The Hothouse event brought design, construction and sustainability experts together with representatives from England's core cities, to rethink the way our cities are designed and managed.

Design, construction and sustainability experts have been meeting representatives from England's core cities to rethink the way cities are designed and managed.

The event, known as 'the Hothouse', has been taking place in Bristol, organised by CABE, the government's design watchdog, in partnership with the cities and private companies.

CABE believes that the global environmental crisis is largely a planning and design crisis. It is calling for radical new thinking if cities are to reach the government's carbon reduction target of a minimum 60 per cent cut by 2050. Experts from around the world will come to challenge and encourage leadership teams put forward by 11 organisations from both public and private sectors at this two-day masterclass.

Gary Lawrence, who led the world's first sustainable city plan in Seattle, Sir Crispin Tickell, an international climate change authority, and Jonathon Porritt, one of Britain's foremost environmental thinkers, worked alongside luminaries such as Ken Shuttleworth, the architect behind the Gherkin, Nick Johnson of developers Urban Splash, and Jason Prior, who has led the design of London's Olympic masterplan. Working together with teams from eight English cities, they debated and refined design-led, city-wide solutions to climate change.

The Hothouse was opened by Dame Ellen MacArthur, the fastest solo non-stop round the world sailor, whose experience has led her to become a sustainability champion.
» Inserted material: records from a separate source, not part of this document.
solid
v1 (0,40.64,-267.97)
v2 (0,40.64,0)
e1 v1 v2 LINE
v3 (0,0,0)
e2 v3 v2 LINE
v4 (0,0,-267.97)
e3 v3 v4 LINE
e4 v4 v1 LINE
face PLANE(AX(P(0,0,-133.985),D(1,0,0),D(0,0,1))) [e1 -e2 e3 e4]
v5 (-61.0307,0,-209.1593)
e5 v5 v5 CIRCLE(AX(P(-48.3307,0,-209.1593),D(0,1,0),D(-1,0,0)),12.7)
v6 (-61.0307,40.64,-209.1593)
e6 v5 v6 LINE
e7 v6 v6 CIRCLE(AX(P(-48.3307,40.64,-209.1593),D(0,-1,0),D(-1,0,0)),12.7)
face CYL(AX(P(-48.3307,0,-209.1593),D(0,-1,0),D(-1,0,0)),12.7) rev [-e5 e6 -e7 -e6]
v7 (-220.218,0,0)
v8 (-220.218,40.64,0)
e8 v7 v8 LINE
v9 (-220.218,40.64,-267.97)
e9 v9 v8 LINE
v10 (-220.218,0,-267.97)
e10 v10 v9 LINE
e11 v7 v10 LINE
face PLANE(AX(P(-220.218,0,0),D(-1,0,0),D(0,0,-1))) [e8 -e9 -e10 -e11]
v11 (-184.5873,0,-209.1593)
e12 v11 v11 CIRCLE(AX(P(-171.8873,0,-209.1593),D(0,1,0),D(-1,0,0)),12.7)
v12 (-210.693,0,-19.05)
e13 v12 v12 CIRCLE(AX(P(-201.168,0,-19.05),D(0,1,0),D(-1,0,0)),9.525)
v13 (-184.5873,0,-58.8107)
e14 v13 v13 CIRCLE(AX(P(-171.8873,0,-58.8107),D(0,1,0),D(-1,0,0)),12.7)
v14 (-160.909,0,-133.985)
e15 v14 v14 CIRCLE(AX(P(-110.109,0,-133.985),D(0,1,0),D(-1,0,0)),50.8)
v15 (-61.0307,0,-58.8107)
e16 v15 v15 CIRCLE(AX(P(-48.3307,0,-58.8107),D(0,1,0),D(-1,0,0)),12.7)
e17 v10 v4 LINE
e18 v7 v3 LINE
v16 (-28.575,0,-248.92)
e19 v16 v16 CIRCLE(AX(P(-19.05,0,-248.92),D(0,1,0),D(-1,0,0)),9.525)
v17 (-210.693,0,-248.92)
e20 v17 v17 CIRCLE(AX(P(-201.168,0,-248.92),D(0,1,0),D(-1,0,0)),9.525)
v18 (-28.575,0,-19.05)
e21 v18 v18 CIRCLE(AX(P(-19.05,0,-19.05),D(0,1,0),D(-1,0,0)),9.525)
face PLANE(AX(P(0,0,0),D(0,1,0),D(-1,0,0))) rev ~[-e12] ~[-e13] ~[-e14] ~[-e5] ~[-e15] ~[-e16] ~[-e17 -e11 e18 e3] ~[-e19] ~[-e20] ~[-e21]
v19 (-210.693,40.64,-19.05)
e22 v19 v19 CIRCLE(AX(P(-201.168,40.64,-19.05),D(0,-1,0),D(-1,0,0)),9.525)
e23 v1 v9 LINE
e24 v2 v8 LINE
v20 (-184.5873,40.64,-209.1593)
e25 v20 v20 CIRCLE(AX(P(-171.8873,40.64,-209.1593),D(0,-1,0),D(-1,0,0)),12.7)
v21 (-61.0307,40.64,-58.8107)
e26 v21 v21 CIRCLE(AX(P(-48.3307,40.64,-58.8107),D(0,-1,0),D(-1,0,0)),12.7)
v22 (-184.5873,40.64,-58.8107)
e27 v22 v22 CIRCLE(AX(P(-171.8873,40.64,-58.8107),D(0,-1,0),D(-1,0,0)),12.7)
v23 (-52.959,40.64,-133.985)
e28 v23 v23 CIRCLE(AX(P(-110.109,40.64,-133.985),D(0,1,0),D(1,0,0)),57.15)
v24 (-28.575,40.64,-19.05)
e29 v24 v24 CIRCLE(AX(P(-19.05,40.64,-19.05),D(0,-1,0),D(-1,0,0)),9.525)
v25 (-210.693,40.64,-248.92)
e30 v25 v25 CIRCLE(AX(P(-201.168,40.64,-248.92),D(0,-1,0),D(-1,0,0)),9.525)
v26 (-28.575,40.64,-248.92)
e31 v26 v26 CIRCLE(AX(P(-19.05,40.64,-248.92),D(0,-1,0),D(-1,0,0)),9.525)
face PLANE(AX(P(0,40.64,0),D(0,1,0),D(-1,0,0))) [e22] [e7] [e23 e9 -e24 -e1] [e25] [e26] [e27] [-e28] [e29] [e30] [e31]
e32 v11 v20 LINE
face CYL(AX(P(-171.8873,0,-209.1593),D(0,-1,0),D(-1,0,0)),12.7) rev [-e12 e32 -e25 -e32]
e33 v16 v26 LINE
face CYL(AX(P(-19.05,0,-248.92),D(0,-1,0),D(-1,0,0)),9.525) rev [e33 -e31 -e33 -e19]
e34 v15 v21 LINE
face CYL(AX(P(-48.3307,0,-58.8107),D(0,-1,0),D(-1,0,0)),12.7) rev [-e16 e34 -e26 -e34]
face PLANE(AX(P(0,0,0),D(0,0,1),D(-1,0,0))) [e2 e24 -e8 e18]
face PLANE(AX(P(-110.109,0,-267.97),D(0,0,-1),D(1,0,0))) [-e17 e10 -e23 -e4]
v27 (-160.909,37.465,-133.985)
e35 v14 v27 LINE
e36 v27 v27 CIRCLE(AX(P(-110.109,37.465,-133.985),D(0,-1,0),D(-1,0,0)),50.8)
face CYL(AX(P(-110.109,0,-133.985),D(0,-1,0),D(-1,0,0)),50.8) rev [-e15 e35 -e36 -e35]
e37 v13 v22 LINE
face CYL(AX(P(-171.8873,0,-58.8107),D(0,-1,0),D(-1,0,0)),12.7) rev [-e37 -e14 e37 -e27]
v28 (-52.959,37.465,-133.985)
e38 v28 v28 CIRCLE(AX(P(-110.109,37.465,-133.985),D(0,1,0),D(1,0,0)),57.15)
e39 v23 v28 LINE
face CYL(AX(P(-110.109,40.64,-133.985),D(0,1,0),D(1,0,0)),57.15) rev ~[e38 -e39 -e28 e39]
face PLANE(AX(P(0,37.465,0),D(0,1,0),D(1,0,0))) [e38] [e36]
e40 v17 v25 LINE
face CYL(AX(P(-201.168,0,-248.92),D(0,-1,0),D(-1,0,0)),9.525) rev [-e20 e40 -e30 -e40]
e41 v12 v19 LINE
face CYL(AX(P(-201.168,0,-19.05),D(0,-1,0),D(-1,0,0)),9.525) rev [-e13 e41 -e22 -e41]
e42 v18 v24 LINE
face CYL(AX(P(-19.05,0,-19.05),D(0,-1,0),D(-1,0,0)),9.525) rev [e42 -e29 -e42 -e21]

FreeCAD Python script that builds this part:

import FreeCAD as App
import Part
import Sketcher

V = App.Vector
Q = App.Units.Quantity


def add_polygon(sketch, points):
    """Adds a closed chain of lines whose ends are joined by coincident constraints."""
    first, n = sketch.GeometryCount, len(points)
    for a, b in zip(points, points[1:] + points[:1]):
        sketch.addGeometry(Part.LineSegment(App.Vector(*a, 0), App.Vector(*b, 0)), False)
    for i in range(n):
        sketch.addConstraint(Sketcher.Constraint("Coincident", first + i, 2, first + (i + 1) % n, 1))

doc = App.newDocument("Part")
body = doc.addObject("PartDesign::Body", "Body")

# Sketch on XZ plane
sketch1 = doc.addObject("Sketcher::SketchObject", "Sketch")
body.addObject(sketch1)
sketch1.AttachmentSupport = (doc.XZ_Plane, [""])
sketch1.MapMode = "FlatFace"
add_polygon(sketch1, [(0, 0), (0, -268), (-220, -268), (-220, 0)])  # lines 0-3
sketch1.addConstraint(Sketcher.Constraint("Vertical", 0))
sketch1.addConstraint(Sketcher.Constraint("Horizontal", 1))
sketch1.addConstraint(Sketcher.Constraint("Vertical", 2))
sketch1.addConstraint(Sketcher.Constraint("Horizontal", 3))
sketch1.addConstraint(Sketcher.Constraint("Coincident", 3, 2, -1, 1))
sketch1.addConstraint(Sketcher.Constraint("DistanceX", 1, 2, 1, 1, Q("8.67 in")))
sketch1.addConstraint(Sketcher.Constraint("DistanceY", 0, 2, 0, 1, Q("10.55 in")))
pad1 = doc.addObject("PartDesign::Pad", "Pad")
body.addObject(pad1)
pad1.Profile = sketch1
pad1.Length = Q("1.6 in")
pad1.Reversed = True

# Sketch on XZ plane
sketch2 = doc.addObject("Sketcher::SketchObject", "Sketch001")
body.addObject(sketch2)
sketch2.AttachmentSupport = (doc.XZ_Plane, [""])
sketch2.MapMode = "FlatFace"
sketch2.addGeometry(Part.Circle(V(-110, -134, 0), V(0, 0, 1), 51), False)
sketch2.addConstraint(Sketcher.Constraint("Diameter", 0, Q("4 in")))
sketch2.addConstraint(Sketcher.Constraint("DistanceX", 0, 3, -1, 1, Q("4.335 in")))
sketch2.addConstraint(Sketcher.Constraint("DistanceY", 0, 3, -1, 1, Q("5.275 in")))
pocket1 = doc.addObject("PartDesign::Pocket", "Pocket")
body.addObject(pocket1)
pocket1.Profile = sketch2
pocket1.Length = Q("1.6 in")

# Sketch on XZ plane
sketch3 = doc.addObject("Sketcher::SketchObject", "Sketch002")
body.addObject(sketch3)
sketch3.AttachmentSupport = (doc.XZ_Plane, [""])
sketch3.MapMode = "FlatFace"
sketch3.AttachmentOffset = App.Placement(V(0, 0, -1.6 * 25.4), App.Rotation())
sketch3.addGeometry(Part.Circle(V(-110, -134, 0), V(0, 0, 1), 57), False)
sketch3.addConstraint(Sketcher.Constraint("Diameter", 0, Q("4.5 in")))
sketch3.addConstraint(Sketcher.Constraint("DistanceX", 0, 3, -1, 1, Q("4.335 in")))
sketch3.addConstraint(Sketcher.Constraint("DistanceY", 0, 3, -1, 1, Q("5.275 in")))
pocket2 = doc.addObject("PartDesign::Pocket", "Pocket001")
body.addObject(pocket2)
pocket2.Profile = sketch3
pocket2.Length = Q("0.125 in")
pocket2.Reversed = True

# Sketch on XZ plane
sketch4 = doc.addObject("Sketcher::SketchObject", "Sketch003")
body.addObject(sketch4)
sketch4.AttachmentSupport = (doc.XZ_Plane, [""])
sketch4.MapMode = "FlatFace"
sketch4.addGeometry(Part.Circle(V(-19, -19, 0), V(0, 0, 1), 10), False)
sketch4.addGeometry(Part.Circle(V(-201, -19, 0), V(0, 0, 1), 10), False)
sketch4.addGeometry(Part.Circle(V(-19, -249, 0), V(0, 0, 1), 10), False)
sketch4.addGeometry(Part.Circle(V(-201, -249, 0), V(0, 0, 1), 10), False)
sketch4.addConstraint(Sketcher.Constraint("Equal", 0, 1))
sketch4.addConstraint(Sketcher.Constraint("Equal", 1, 2))
sketch4.addConstraint(Sketcher.Constraint("Equal", 2, 3))
sketch4.addConstraint(Sketcher.Constraint("Horizontal", 0, 3, 1, 3))
sketch4.addConstraint(Sketcher.Constraint("Horizontal", 2, 3, 3, 3))
sketch4.addConstraint(Sketcher.Constraint("Vertical", 0, 3, 2, 3))
sketch4.addConstraint(Sketcher.Constraint("Vertical", 1, 3, 3, 3))
sketch4.addConstraint(Sketcher.Constraint("Diameter", 0, Q("0.75 in")))
sketch4.addConstraint(Sketcher.Constraint("DistanceY", 2, 3, -1, 1, Q("9.8 in")))
sketch4.addConstraint(Sketcher.Constraint("DistanceX", 0, 3, -1, 1, Q("0.75 in")))
sketch4.addConstraint(Sketcher.Constraint("DistanceY", 0, 3, -1, 1, Q("0.75 in")))
sketch4.addConstraint(Sketcher.Constraint("DistanceX", 1, 3, -1, 1, Q("7.92 in")))
pocket3 = doc.addObject("PartDesign::Pocket", "Pocket002")
body.addObject(pocket3)
pocket3.Profile = sketch4
pocket3.Length = Q("3.4375 in")

# Sketch on XZ plane
sketch5 = doc.addObject("Sketcher::SketchObject", "Sketch004")
body.addObject(sketch5)
sketch5.AttachmentSupport = (doc.XZ_Plane, [""])
sketch5.MapMode = "FlatFace"
sketch5.addGeometry(Part.Circle(V(-48, -59, 0), V(0, 0, 1), 13), False)
sketch5.addGeometry(Part.Circle(V(-172, -59, 0), V(0, 0, 1), 13), False)
sketch5.addGeometry(Part.Circle(V(-48, -209, 0), V(0, 0, 1), 13), False)
sketch5.addGeometry(Part.Circle(V(-172, -209, 0), V(0, 0, 1), 13), False)
sketch5.addConstraint(Sketcher.Constraint("Equal", 0, 1))
sketch5.addConstraint(Sketcher.Constraint("Equal", 1, 2))
sketch5.addConstraint(Sketcher.Constraint("Equal", 2, 3))
sketch5.addConstraint(Sketcher.Constraint("Horizontal", 0, 3, 1, 3))
sketch5.addConstraint(Sketcher.Constraint("Horizontal", 2, 3, 3, 3))
sketch5.addConstraint(Sketcher.Constraint("Vertical", 0, 3, 2, 3))
sketch5.addConstraint(Sketcher.Constraint("Vertical", 1, 3, 3, 3))
sketch5.addConstraint(Sketcher.Constraint("Diameter", 0, Q("1 in")))
sketch5.addConstraint(Sketcher.Constraint("DistanceX", 0, 3, -1, 1, 48.3307))
sketch5.addConstraint(Sketcher.Constraint("DistanceY", 0, 3, -1, 1, 58.8107))
sketch5.addConstraint(Sketcher.Constraint("DistanceX", 1, 3, -1, 1, 171.8873))
sketch5.addConstraint(Sketcher.Constraint("DistanceY", 2, 3, -1, 1, 209.1593))
pocket4 = doc.addObject("PartDesign::Pocket", "Pocket003")
body.addObject(pocket4)
pocket4.Profile = sketch5
pocket4.Length = Q("3.8125 in")

doc.recompute()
The city regions involved are adjacent to major rivers, flood plains and the sea: areas especially vulnerable to climate change.

Eight English cities - known as the Core Cities Group - have been working with three private sector businesses at the Hothouse to debate and peer review their climate action strategies. These are the cities of Birmingham, Bristol, Leeds, Newcastle, Nottingham, Manchester, Liverpool and Sheffield; and Hammerson, Crest Nicholson and E.ON.

The Hothouse has kick-started a new 'sustainable cities' initiative by CABE, which includes the development of a manual for sustainable cities. This online climate action resource will help towns and cities prioritise effective spatial policies and activity. Amid the morass of information available on climate change, it will give practitioners a reliable way to know what to use and what to ignore, and offer solutions backed up with evidence which proves the case to others. The manual will be developed privately by CABE and these 11 organisations over the next nine months, before a global launch in the summer of 2008.

John Sorrell, chair of CABE, believes we need a radically different built environment:"There is still a piecemeal approach to sustainability in many places, and things are rarely being done on a big enough scale to make a critical difference. We need to show more leadership and we have to get the message across that tackling climate change will actually improve our quality of life."